I didn’t get it. What about this Psalm was messianic?
After a little reading, I discovered that at the time of Jesus, people were really feeling the tension between this Psalm’s celebration of God giving humankind dominion over the Earth, and their lived experience of God’s people being dominated by foreign peoples. For people in Jesus’ time, there was a real dissonance between what they read in the Psalm, and what they experienced on the ground. As it turns out, it was this dissonance that gave an opening for a messianic figure. They looked to the messiah to restore rule over God’s creation to God’s people Israel, rather than foreigners.
The idea that reading Psalm 8 in a messianic way could have been the result of scripture failing to line up with people’s lived experience really struck me. If this approach was legitimate for the authors of the New Testament, could it be legitimate for people today too? What sorts of opportunities to engage with God might open up for us if we made room for this sort of dissonance? (i.e. the dissonance between our understanding of scripture and our lived experience).
Dialogue with God
At the time, I shared my question about dissonance with my wife Melissa. One possibility that she brought up was engaging in dialogue with God about these differences. For example, “Lord, you say I’m loved, but right now I don’t feel loved.” or “Father, scripture says that you created the Earth in seven days, but science says the earth formed over millions of years. What am I supposed to do with this?”
As I reflected on Melissa’s idea, I realised that I had come across this approach before in the book of Job. Job was considered righteous for complaining to God that he was suffering even though he’d done nothing wrong. In contrast, Job’s friends were condemned for giving Job the pat answers of the time - ‘You wouldn’t be suffering like this if you hadn’t done something wrong. Admit it, you’ve sinned big time!’ They wrote off Job’s experience on the basis that it didn’t match their pre-formed beliefs. I feel like, in my experience, many Christians can be more like Job’s friends and less like Job…

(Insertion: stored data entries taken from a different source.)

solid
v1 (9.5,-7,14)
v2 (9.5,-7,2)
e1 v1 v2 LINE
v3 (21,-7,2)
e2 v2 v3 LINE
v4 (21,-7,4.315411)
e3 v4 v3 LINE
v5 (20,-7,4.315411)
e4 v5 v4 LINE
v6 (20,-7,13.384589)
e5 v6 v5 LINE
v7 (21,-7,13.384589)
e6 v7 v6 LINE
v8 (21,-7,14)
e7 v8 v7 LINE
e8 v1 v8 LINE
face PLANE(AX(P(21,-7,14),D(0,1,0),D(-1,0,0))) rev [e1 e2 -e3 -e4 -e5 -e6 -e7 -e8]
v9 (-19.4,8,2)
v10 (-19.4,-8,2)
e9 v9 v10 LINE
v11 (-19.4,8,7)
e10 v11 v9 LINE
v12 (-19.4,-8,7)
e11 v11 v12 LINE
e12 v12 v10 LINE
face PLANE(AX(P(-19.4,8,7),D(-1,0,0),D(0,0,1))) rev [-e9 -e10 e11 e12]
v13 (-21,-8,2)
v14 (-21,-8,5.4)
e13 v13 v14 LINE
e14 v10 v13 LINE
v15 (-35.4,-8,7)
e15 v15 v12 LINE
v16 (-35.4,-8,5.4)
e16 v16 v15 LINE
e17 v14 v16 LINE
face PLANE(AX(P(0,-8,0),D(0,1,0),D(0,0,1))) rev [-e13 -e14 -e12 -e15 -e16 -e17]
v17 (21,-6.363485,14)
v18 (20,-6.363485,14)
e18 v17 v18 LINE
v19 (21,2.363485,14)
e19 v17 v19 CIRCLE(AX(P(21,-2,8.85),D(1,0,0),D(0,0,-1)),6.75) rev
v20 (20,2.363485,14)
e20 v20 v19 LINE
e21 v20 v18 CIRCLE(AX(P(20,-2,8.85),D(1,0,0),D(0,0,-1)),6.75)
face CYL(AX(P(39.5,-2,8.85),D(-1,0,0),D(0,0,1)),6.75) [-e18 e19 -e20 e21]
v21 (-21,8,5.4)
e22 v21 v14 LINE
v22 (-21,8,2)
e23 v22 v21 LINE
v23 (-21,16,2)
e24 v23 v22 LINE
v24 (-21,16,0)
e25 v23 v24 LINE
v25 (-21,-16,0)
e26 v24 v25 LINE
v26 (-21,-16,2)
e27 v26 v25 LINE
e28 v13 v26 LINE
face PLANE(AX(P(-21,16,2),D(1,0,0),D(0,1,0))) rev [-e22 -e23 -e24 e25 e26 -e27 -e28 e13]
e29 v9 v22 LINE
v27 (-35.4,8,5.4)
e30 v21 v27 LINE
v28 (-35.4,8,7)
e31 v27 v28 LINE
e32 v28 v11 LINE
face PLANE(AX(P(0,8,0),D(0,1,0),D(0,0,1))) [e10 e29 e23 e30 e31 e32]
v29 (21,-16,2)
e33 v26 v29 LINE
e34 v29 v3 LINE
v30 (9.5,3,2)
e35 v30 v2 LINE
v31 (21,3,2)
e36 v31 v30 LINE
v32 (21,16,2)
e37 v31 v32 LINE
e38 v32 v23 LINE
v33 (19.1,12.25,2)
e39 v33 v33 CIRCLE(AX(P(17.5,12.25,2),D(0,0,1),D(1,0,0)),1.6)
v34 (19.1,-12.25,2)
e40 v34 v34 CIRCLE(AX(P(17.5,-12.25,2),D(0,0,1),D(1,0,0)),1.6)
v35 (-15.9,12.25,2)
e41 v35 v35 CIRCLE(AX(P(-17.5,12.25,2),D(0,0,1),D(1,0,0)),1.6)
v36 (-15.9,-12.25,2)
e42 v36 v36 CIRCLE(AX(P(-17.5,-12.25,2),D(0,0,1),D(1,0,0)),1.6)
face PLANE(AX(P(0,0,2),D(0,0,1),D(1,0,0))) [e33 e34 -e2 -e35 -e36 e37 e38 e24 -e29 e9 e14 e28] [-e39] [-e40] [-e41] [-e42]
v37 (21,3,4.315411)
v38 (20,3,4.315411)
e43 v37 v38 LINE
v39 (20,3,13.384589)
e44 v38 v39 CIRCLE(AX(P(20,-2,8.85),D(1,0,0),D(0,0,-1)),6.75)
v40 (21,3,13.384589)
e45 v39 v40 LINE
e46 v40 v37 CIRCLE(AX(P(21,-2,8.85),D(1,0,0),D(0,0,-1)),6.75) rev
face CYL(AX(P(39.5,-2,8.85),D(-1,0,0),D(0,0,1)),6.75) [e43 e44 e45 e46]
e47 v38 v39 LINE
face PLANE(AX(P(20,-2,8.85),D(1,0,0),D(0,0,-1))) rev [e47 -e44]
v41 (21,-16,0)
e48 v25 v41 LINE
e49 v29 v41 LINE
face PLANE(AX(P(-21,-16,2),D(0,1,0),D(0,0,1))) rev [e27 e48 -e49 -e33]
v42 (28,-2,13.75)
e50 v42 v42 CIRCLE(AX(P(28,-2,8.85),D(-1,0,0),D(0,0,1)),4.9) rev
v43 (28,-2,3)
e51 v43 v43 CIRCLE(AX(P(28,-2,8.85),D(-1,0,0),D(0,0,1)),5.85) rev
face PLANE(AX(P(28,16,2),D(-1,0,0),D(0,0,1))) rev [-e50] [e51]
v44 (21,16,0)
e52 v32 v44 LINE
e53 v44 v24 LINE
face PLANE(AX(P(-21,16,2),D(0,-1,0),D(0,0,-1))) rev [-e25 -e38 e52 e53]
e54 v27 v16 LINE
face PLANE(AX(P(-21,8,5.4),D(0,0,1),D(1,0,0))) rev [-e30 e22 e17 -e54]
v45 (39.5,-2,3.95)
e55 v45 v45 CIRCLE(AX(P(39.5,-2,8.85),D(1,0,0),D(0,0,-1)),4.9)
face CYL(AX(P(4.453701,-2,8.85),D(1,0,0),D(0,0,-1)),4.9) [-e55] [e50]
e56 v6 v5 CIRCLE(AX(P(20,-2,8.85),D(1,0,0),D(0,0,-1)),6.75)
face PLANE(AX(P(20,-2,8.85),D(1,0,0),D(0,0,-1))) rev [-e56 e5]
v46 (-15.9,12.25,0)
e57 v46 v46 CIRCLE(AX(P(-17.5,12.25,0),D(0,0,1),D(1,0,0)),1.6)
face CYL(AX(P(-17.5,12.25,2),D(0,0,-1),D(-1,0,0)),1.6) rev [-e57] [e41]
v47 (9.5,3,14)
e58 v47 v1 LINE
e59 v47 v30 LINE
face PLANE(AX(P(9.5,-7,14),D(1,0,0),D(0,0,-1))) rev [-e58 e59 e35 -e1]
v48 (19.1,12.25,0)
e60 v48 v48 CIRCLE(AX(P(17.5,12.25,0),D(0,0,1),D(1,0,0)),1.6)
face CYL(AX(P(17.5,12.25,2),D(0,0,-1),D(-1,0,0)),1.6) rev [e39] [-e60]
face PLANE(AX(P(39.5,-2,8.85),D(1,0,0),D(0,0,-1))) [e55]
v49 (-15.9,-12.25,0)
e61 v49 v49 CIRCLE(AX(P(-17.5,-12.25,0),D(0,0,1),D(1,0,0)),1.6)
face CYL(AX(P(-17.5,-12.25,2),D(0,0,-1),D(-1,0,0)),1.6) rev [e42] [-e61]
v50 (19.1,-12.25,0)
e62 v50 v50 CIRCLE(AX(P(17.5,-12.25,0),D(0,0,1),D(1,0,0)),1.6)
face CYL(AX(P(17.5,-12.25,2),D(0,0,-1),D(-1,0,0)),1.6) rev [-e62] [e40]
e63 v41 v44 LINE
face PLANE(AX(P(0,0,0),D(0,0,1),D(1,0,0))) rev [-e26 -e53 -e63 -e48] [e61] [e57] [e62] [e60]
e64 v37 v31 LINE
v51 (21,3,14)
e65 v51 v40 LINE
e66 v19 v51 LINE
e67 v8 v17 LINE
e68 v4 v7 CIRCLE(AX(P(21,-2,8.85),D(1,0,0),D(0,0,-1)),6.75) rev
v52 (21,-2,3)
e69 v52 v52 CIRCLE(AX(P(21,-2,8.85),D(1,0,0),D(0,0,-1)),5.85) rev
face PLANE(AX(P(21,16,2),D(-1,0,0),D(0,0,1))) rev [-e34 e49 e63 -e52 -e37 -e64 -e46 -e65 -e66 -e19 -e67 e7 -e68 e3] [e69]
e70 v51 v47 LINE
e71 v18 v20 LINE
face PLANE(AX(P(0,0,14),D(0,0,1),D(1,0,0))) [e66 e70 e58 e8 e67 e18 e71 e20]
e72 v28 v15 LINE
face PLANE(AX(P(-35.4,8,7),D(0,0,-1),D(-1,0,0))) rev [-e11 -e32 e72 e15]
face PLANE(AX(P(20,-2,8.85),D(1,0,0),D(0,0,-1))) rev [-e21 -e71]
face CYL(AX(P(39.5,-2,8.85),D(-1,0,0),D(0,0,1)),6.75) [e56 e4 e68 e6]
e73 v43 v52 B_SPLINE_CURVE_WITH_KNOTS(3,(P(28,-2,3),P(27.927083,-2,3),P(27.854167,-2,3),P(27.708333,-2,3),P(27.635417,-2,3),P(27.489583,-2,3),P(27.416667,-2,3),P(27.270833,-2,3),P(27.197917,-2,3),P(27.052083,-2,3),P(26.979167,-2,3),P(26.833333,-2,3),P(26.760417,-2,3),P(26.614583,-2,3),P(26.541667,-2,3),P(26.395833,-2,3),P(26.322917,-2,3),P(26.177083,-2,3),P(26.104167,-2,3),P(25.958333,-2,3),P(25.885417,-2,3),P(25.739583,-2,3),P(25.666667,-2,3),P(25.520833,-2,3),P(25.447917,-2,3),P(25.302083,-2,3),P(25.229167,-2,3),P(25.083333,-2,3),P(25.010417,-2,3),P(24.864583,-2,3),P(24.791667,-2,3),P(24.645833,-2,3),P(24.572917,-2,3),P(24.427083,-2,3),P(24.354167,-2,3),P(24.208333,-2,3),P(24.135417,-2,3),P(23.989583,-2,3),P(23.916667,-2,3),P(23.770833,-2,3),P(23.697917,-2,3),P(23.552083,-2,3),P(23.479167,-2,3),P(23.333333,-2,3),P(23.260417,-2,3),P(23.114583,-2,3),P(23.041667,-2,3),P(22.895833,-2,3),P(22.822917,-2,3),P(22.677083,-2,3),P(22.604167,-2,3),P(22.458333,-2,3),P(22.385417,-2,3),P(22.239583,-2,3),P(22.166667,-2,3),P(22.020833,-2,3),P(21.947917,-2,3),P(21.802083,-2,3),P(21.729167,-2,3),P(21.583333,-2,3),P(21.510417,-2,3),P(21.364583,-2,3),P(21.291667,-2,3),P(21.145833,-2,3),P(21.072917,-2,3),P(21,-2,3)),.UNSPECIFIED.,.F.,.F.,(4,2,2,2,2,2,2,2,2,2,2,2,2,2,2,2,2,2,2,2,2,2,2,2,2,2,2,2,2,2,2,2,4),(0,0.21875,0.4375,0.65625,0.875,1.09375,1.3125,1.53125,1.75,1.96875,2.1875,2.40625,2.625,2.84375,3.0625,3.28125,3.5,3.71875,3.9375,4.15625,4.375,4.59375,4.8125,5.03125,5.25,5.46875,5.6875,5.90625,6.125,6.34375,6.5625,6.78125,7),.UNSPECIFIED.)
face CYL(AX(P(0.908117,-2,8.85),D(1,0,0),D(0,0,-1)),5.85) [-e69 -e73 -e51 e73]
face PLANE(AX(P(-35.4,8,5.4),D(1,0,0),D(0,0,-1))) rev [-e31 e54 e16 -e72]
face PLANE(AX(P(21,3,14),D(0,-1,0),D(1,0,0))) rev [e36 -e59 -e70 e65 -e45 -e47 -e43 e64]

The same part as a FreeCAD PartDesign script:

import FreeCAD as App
import Part
import Sketcher
from FreeCAD import Vector
Q = App.Units.Quantity


def add_polygon(sketch, points):
    """Adds a closed chain of lines whose ends are joined by coincident constraints."""
    first, n = sketch.GeometryCount, len(points)
    for a, b in zip(points, points[1:] + points[:1]):
        sketch.addGeometry(Part.LineSegment(App.Vector(*a, 0), App.Vector(*b, 0)), False)
    for i in range(n):
        sketch.addConstraint(Sketcher.Constraint("Coincident", first + i, 2, first + (i + 1) % n, 1))

doc = App.newDocument("Part")
body = doc.addObject("PartDesign::Body", "Body")

# Sketch on XY plane
sketch1 = body.newObject("Sketcher::SketchObject", "Sketch")
sketch1.AttachmentSupport = (doc.getObject("XY_Plane"), [""])
sketch1.MapMode = "FlatFace"
add_polygon(sketch1, [(-21, 16), (-21, -16), (21, -16), (21, 16)])  # lines 0-3
sketch1.addGeometry(Part.Circle(Vector(-17.5, -12.2, 0), Vector(0, 0, 1), 1.6), False)  # 4
sketch1.addGeometry(Part.Circle(Vector(17.5, -12.2, 0), Vector(0, 0, 1), 1.6), False)  # 5
sketch1.addGeometry(Part.Circle(Vector(-17.5, 12.2, 0), Vector(0, 0, 1), 1.6), False)  # 6
sketch1.addGeometry(Part.Circle(Vector(17.5, 12.2, 0), Vector(0, 0, 1), 1.6), False)  # 7
sketch1.addConstraint([
    Sketcher.Constraint("Vertical", 0),
    Sketcher.Constraint("Horizontal", 1),
    Sketcher.Constraint("Vertical", 2),
    Sketcher.Constraint("Horizontal", 3),
    Sketcher.Constraint("Equal", 4, 5),
    Sketcher.Constraint("Equal", 5, 6),
    Sketcher.Constraint("Equal", 6, 7),
    Sketcher.Constraint("Symmetric", 5, 3, 6, 3, -1, 1),
    Sketcher.Constraint("Symmetric", 4, 3, 7, 3, -1, 1),
    Sketcher.Constraint("Symmetric", 0, 2, 2, 2, -1, 1),
    Sketcher.Constraint("Symmetric", 4, 3, 5, 3, -2),
    Sketcher.Constraint("Diameter", 4, Q("3.2 mm")),
    Sketcher.Constraint("DistanceX", 1, 1, 1, 2, Q("42 mm")),
    Sketcher.Constraint("DistanceY", 0, 2, 0, 1, Q("32 mm")),
    Sketcher.Constraint("DistanceX", 4, 3, 5, 3, Q("35 mm")),
    Sketcher.Constraint("DistanceY", 4, 3, 6, 3, Q("24.5 mm")),
])
pad1 = body.newObject("PartDesign::Pad", "Pad")
pad1.Profile = sketch1
pad1.Length = 2

# Sketch on XY plane
sketch2 = body.newObject("Sketcher::SketchObject", "Sketch001")
sketch2.AttachmentSupport = (doc.getObject("XY_Plane"), [""])
sketch2.MapMode = "FlatFace"
sketch2.AttachmentOffset = App.Placement(Vector(0, 0, 2), App.Rotation())
add_polygon(sketch2, [(10, 3), (10, -7), (21, -7), (21, 3)])  # lines 0-3
sketch2.addConstraint([
    Sketcher.Constraint("Vertical", 0),
    Sketcher.Constraint("Horizontal", 1),
    Sketcher.Constraint("Vertical", 2),
    Sketcher.Constraint("Horizontal", 3),
    Sketcher.Constraint("DistanceY", 0, 2, 0, 1, Q("10 mm")),
    Sketcher.Constraint("DistanceX", 1, 1, 1, 2, Q("11.5 mm")),
    Sketcher.Constraint("DistanceY", 0, 2, -1, 1, Q("7 mm")),
    Sketcher.Constraint("DistanceX", -1, 1, 1, 2, Q("21 mm")),
])
pad2 = body.newObject("PartDesign::Pad", "Pad001")
pad2.Profile = sketch2
pad2.Length = 12

# Sketch on YZ plane
sketch3 = body.newObject("Sketcher::SketchObject", "Sketch002")
sketch3.AttachmentSupport = (doc.getObject("YZ_Plane"), [""])
sketch3.MapMode = "FlatFace"
sketch3.AttachmentOffset = App.Placement(Vector(0, 0, 20), App.Rotation())
sketch3.addGeometry(Part.Circle(Vector(-2, 9, 0), Vector(0, 0, 1), 7), False)
sketch3.addConstraint([
    Sketcher.Constraint("Diameter", 0, Q("13.5 mm")),
    Sketcher.Constraint("DistanceX", 0, 3, -1, 1, Q("2 mm")),
    Sketcher.Constraint("DistanceY", -1, 1, 0, 3, Q("8.85 mm")),
])
pad3 = body.newObject("PartDesign::Pad", "Pad002")
pad3.Profile = sketch3
pad3.Length = 19.5

# Sketch on YZ plane
sketch4 = body.newObject("Sketcher::SketchObject", "Sketch003")
sketch4.AttachmentSupport = (doc.getObject("YZ_Plane"), [""])
sketch4.MapMode = "FlatFace"
sketch4.AttachmentOffset = App.Placement(Vector(0, 0, 21), App.Rotation())
sketch4.addGeometry([
    Part.Circle(Vector(-2, 9, 0), Vector(0, 0, 1), 7),
    Part.Circle(Vector(-2, 9, 0), Vector(0, 0, 1), 6),
], False)
sketch4.addConstraint([
    Sketcher.Constraint("Coincident", 1, 3, 0, 3),
    Sketcher.Constraint("Diameter", 0, Q("13.5 mm")),
    Sketcher.Constraint("Diameter", 1, Q("11.7 mm")),
    Sketcher.Constraint("DistanceX", 0, 3, -1, 1, Q("2 mm")),
    Sketcher.Constraint("DistanceY", -1, 1, 0, 3, Q("8.85 mm")),
])
pocket1 = body.newObject("PartDesign::Pocket", "Pocket")
pocket1.Profile = sketch4
pocket1.Length = 18.5
pocket1.Reversed = True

Perhaps if I’m able to convince myself that it’s okay to have difficulty with parts of scripture it could provide an opening for me to sincerely engage in dialogue with God, rather than just praying cookie cutter prayers because ‘I should’? Perhaps if I’m able to live with ambiguity and complexity, God might have new things to teach me that I wouldn’t have been able to accept had I clung to my simpler understanding of scripture? Perhaps if I’m able to acknowledge the dissonance in my own experience, I’ll be more able to engage with others whose worldviews don’t match my own?
Footnotes
- A ‘hermeneutic’ is a way of interpreting or understanding scripture.